THE TASK: Only the lines below, from the one with "line L14 (-34.4, 69.4)" through the one with "The same part", are to be written out, exactly.

+ + + +

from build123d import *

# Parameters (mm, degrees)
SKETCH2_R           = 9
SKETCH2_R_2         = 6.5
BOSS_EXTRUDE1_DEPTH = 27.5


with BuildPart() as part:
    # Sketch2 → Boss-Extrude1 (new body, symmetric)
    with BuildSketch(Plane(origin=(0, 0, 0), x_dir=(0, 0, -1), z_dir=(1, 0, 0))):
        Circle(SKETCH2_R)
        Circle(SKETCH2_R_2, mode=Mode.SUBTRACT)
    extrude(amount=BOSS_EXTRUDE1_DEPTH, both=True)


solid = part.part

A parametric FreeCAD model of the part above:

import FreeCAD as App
import Part
import Sketcher
Q = App.Units.Quantity

doc = App.newDocument("Part")
body = doc.addObject("PartDesign::Body", "Body")

sketch1 = doc.addObject("Sketcher::SketchObject", "Sketch")
body.addObject(sketch1)
sketch1.AttachmentSupport = (doc.YZ_Plane, [""])
sketch1.MapMode = "FlatFace"
sketch1.addGeometry([
    Part.Circle(App.Vector(0, 0, 0), App.Vector(0, 0, 1), 9),
    Part.Circle(App.Vector(0, 0, 0), App.Vector(0, 0, 1), 6),
], False)
sketch1.addConstraint([
    Sketcher.Constraint("Coincident", 0, 3, -1, 1),
    Sketcher.Constraint("Coincident", 1, 3, -1, 1),
    Sketcher.Constraint("Diameter", 0, Q("18 mm")),
    Sketcher.Constraint("Diameter", 1, Q("13 mm")),
])
pad1 = doc.addObject("PartDesign::Pad", "Pad")
body.addObject(pad1)
pad1.Profile = sketch1
pad1.Length = 55
pad1.Midplane = True

doc.recompute()
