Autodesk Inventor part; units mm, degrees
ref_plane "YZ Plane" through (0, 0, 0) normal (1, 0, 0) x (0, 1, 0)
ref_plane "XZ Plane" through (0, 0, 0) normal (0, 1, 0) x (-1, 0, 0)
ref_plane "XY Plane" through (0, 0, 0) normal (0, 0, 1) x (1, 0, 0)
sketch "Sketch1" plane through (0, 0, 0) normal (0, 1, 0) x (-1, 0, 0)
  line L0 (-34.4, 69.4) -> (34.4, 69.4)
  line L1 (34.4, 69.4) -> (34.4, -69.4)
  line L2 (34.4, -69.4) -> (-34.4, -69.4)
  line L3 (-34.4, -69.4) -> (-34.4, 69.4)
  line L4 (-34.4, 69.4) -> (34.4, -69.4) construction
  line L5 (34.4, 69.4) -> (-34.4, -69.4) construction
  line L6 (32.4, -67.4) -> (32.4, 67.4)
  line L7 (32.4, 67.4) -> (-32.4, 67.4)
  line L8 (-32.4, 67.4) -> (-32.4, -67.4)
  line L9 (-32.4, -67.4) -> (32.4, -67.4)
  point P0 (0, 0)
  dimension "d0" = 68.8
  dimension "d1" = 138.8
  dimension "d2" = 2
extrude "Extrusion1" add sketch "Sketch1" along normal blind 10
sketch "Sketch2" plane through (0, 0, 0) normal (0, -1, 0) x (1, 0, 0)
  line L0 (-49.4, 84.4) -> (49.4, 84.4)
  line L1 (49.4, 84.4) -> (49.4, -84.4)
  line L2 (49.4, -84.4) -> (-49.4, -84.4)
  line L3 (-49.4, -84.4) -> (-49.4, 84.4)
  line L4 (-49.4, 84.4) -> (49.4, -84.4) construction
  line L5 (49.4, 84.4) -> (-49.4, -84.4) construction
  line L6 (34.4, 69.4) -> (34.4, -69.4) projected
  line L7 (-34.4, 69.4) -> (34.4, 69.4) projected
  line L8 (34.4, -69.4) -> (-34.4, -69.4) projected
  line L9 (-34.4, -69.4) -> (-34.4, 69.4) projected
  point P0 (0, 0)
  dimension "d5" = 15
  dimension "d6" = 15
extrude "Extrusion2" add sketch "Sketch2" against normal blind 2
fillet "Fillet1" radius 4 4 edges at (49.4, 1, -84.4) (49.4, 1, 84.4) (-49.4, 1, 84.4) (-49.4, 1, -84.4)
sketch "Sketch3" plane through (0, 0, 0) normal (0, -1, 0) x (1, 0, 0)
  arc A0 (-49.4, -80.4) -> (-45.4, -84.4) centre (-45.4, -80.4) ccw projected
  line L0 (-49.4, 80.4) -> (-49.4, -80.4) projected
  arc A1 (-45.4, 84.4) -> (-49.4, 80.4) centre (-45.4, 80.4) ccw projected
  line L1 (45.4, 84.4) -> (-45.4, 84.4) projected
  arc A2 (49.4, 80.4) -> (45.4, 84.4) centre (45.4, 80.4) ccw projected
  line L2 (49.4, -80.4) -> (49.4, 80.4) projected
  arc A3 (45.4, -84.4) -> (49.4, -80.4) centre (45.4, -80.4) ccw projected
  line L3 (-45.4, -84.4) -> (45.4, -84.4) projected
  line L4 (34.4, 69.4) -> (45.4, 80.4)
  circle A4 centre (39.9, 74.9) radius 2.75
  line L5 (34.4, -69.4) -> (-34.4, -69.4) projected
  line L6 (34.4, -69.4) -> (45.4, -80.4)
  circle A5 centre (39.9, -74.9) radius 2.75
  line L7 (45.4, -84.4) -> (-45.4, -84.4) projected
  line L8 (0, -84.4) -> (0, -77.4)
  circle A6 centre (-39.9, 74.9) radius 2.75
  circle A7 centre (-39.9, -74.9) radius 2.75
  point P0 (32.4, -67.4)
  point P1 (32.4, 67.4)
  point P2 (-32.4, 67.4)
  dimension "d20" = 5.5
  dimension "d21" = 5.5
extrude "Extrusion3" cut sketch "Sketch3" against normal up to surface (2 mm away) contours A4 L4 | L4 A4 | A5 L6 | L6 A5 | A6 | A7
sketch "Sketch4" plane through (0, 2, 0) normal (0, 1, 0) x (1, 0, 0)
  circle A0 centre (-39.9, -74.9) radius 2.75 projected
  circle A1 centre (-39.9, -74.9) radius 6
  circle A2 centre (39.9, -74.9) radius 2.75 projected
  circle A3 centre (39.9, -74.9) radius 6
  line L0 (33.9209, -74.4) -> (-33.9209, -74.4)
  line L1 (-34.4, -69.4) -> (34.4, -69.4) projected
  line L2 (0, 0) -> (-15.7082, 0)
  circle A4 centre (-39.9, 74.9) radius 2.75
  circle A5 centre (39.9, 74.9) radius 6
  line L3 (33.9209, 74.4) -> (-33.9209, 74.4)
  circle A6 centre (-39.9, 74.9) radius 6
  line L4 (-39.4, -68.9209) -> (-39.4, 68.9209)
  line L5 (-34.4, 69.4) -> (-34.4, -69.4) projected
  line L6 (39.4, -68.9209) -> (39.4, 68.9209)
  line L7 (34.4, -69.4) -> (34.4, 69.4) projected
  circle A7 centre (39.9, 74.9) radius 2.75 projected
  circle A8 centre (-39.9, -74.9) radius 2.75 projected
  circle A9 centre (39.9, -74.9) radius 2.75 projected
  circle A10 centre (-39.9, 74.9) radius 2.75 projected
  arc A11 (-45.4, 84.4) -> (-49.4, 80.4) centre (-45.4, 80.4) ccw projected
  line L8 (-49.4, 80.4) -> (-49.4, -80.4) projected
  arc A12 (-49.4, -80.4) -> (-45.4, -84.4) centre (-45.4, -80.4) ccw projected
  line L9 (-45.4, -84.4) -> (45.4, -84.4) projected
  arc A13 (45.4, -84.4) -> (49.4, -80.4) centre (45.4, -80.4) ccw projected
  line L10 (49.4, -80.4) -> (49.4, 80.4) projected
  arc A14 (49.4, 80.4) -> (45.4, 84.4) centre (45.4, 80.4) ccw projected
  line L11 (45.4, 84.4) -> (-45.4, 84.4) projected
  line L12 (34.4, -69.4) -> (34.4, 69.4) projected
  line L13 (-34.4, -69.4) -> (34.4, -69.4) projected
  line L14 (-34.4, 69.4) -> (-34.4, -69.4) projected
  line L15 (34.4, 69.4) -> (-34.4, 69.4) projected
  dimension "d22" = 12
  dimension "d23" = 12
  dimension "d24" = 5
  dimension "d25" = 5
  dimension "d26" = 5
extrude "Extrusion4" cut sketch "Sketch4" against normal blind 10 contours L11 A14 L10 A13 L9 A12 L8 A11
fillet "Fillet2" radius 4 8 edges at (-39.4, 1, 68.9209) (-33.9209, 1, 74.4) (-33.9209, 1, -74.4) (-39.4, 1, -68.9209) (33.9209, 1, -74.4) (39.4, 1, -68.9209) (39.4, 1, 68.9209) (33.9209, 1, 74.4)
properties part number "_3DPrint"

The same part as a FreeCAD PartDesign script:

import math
import FreeCAD as App
import Part
import Sketcher
Q = App.Units.Quantity


def edges_at(feature, points):
    """Names of the edges that pass closest to the given points."""
    edges = feature.Shape.Edges
    near = lambda p: min(range(len(edges)), key=lambda i: edges[i].distToShape(Part.Vertex(*p))[0])
    return sorted({f"Edge{near(p) + 1}" for p in points})


def add_polygon(sketch, points):
    """Adds a closed chain of lines whose ends are joined by coincident constraints."""
    first, n = sketch.GeometryCount, len(points)
    for a, b in zip(points, points[1:] + points[:1]):
        sketch.addGeometry(Part.LineSegment(App.Vector(*a, 0), App.Vector(*b, 0)), False)
    for i in range(n):
        sketch.addConstraint(Sketcher.Constraint("Coincident", first + i, 2, first + (i + 1) % n, 1))

doc = App.newDocument("Part")
body = doc.addObject("PartDesign::Body", "Body")

# Sketch on XZ plane
sketch1 = body.newObject("Sketcher::SketchObject", "Sketch")
sketch1.AttachmentSupport = (doc.getObject("XZ_Plane"), [""])
sketch1.MapMode = "FlatFace"
add_polygon(sketch1, [(-34, 69), (34, 69), (34, -69), (-34, -69)])  # lines 0-3
add_polygon(sketch1, [(-32, 67), (-32, -67), (32, -67), (32, 67)])  # lines 4-7
sketch1.addConstraint([
    Sketcher.Constraint("Horizontal", 0),
    Sketcher.Constraint("Vertical", 1),
    Sketcher.Constraint("Horizontal", 2),
    Sketcher.Constraint("Vertical", 3),
    Sketcher.Constraint("Vertical", 4),
    Sketcher.Constraint("Horizontal", 5),
    Sketcher.Constraint("Vertical", 6),
    Sketcher.Constraint("Horizontal", 7),
    Sketcher.Constraint("Symmetric", 0, 2, 2, 2, -1, 1),
    Sketcher.Constraint("Symmetric", 4, 2, 6, 2, -1, 1),
    Sketcher.Constraint("DistanceX", 0, 1, 0, 2, Q("68.8 mm")),
    Sketcher.Constraint("DistanceY", 1, 2, 1, 1, Q("138.8 mm")),
    Sketcher.Constraint("DistanceX", 2, 2, 4, 2, Q("2 mm")),
    Sketcher.Constraint("DistanceY", 2, 2, 4, 2, Q("2 mm")),
])
pad1 = body.newObject("PartDesign::Pad", "Pad")
pad1.Profile = sketch1
pad1.Length = 10
pad1.Reversed = True

# Sketch on XZ plane
sketch2 = body.newObject("Sketcher::SketchObject", "Sketch001")
sketch2.AttachmentSupport = (doc.getObject("XZ_Plane"), [""])
sketch2.MapMode = "FlatFace"
add_polygon(sketch2, [(49, 84), (-49, 84), (-49, -84), (49, -84)])  # lines 0-3
add_polygon(sketch2, [(-34, 69), (34, 69), (34, -69), (-34, -69)])  # lines 4-7
sketch2.addConstraint([
    Sketcher.Constraint("Horizontal", 0),
    Sketcher.Constraint("Vertical", 1),
    Sketcher.Constraint("Horizontal", 2),
    Sketcher.Constraint("Vertical", 3),
    Sketcher.Constraint("Horizontal", 4),
    Sketcher.Constraint("Vertical", 5),
    Sketcher.Constraint("Horizontal", 6),
    Sketcher.Constraint("Vertical", 7),
    Sketcher.Constraint("Symmetric", 0, 2, 2, 2, -1, 1),
    Sketcher.Constraint("Symmetric", 4, 2, 6, 2, -1, 1),
    Sketcher.Constraint("DistanceX", 4, 2, 3, 2, Q("15 mm")),
    Sketcher.Constraint("DistanceY", 4, 2, 3, 2, Q("15 mm")),
    Sketcher.Constraint("DistanceX", 0, 2, 0, 1, Q("98.8 mm")),
    Sketcher.Constraint("DistanceY", 1, 2, 1, 1, Q("168.8 mm")),
])
pad2 = body.newObject("PartDesign::Pad", "Pad001")
pad2.Profile = sketch2
pad2.Length = 2
pad2.Reversed = True
doc.recompute()

fillet = body.newObject("PartDesign::Fillet", "Fillet")
fillet.Base = (pad2, edges_at(pad2, [
    (49.4, 1, -84.4),
    (49.4, 1, 84.4),
    (-49.4, 1, 84.4),
    (-49.4, 1, -84.4),
]))
fillet.Radius = 4

# Sketch on XZ plane
sketch3 = body.newObject("Sketcher::SketchObject", "Sketch002")
sketch3.AttachmentSupport = (doc.getObject("XZ_Plane"), [""])
sketch3.MapMode = "FlatFace"
sketch3.addGeometry([
    Part.Circle(App.Vector(39.9, 74.9, 0), App.Vector(0, 0, 1), 2.8),
    Part.Circle(App.Vector(39.9, -74.9, 0), App.Vector(0, 0, 1), 2.8),
    Part.Circle(App.Vector(-39.9, 74.9, 0), App.Vector(0, 0, 1), 2.8),
    Part.Circle(App.Vector(-39.9, -74.9, 0), App.Vector(0, 0, 1), 2.8),
], False)
sketch3.addConstraint([
    Sketcher.Constraint("Equal", 0, 1),
    Sketcher.Constraint("Equal", 1, 2),
    Sketcher.Constraint("Equal", 2, 3),
    Sketcher.Constraint("Symmetric", 1, 3, 2, 3, -1, 1),
    Sketcher.Constraint("Symmetric", 0, 3, 3, 3, -1, 1),
    Sketcher.Constraint("Symmetric", 0, 3, 2, 3, -2),
    Sketcher.Constraint("Diameter", 0, Q("5.5 mm")),
    Sketcher.Constraint("DistanceX", -1, 1, 0, 3, Q("39.9 mm")),
    Sketcher.Constraint("DistanceY", -1, 1, 0, 3, Q("74.9 mm")),
])
pocket1 = body.newObject("PartDesign::Pocket", "Pocket")
pocket1.Profile = sketch3
pocket1.Length = 2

+ + + +

RESPONSE BOX:
  line L14 (-34.4, 69.4) -> (-34.4, -69.4) projected
  line L15 (34.4, 69.4) -> (-34.4, 69.4) projected
  dimension "d22" = 12
  dimension "d23" = 12
  dimension "d24" = 5
  dimension "d25" = 5
  dimension "d26" = 5
extrude "Extrusion4" cut sketch "Sketch4" against normal blind 10 contours L11 A14 L10 A13 L9 A12 L8 A11
fillet "Fillet2" radius 4 8 edges at (-39.4, 1, 68.9209) (-33.9209, 1, 74.4) (-33.9209, 1, -74.4) (-39.4, 1, -68.9209) (33.9209, 1, -74.4) (39.4, 1, -68.9209) (39.4, 1, 68.9209) (33.9209, 1, 74.4)
properties part number "_3DPrint"

The same part as a FreeCAD PartDesign script:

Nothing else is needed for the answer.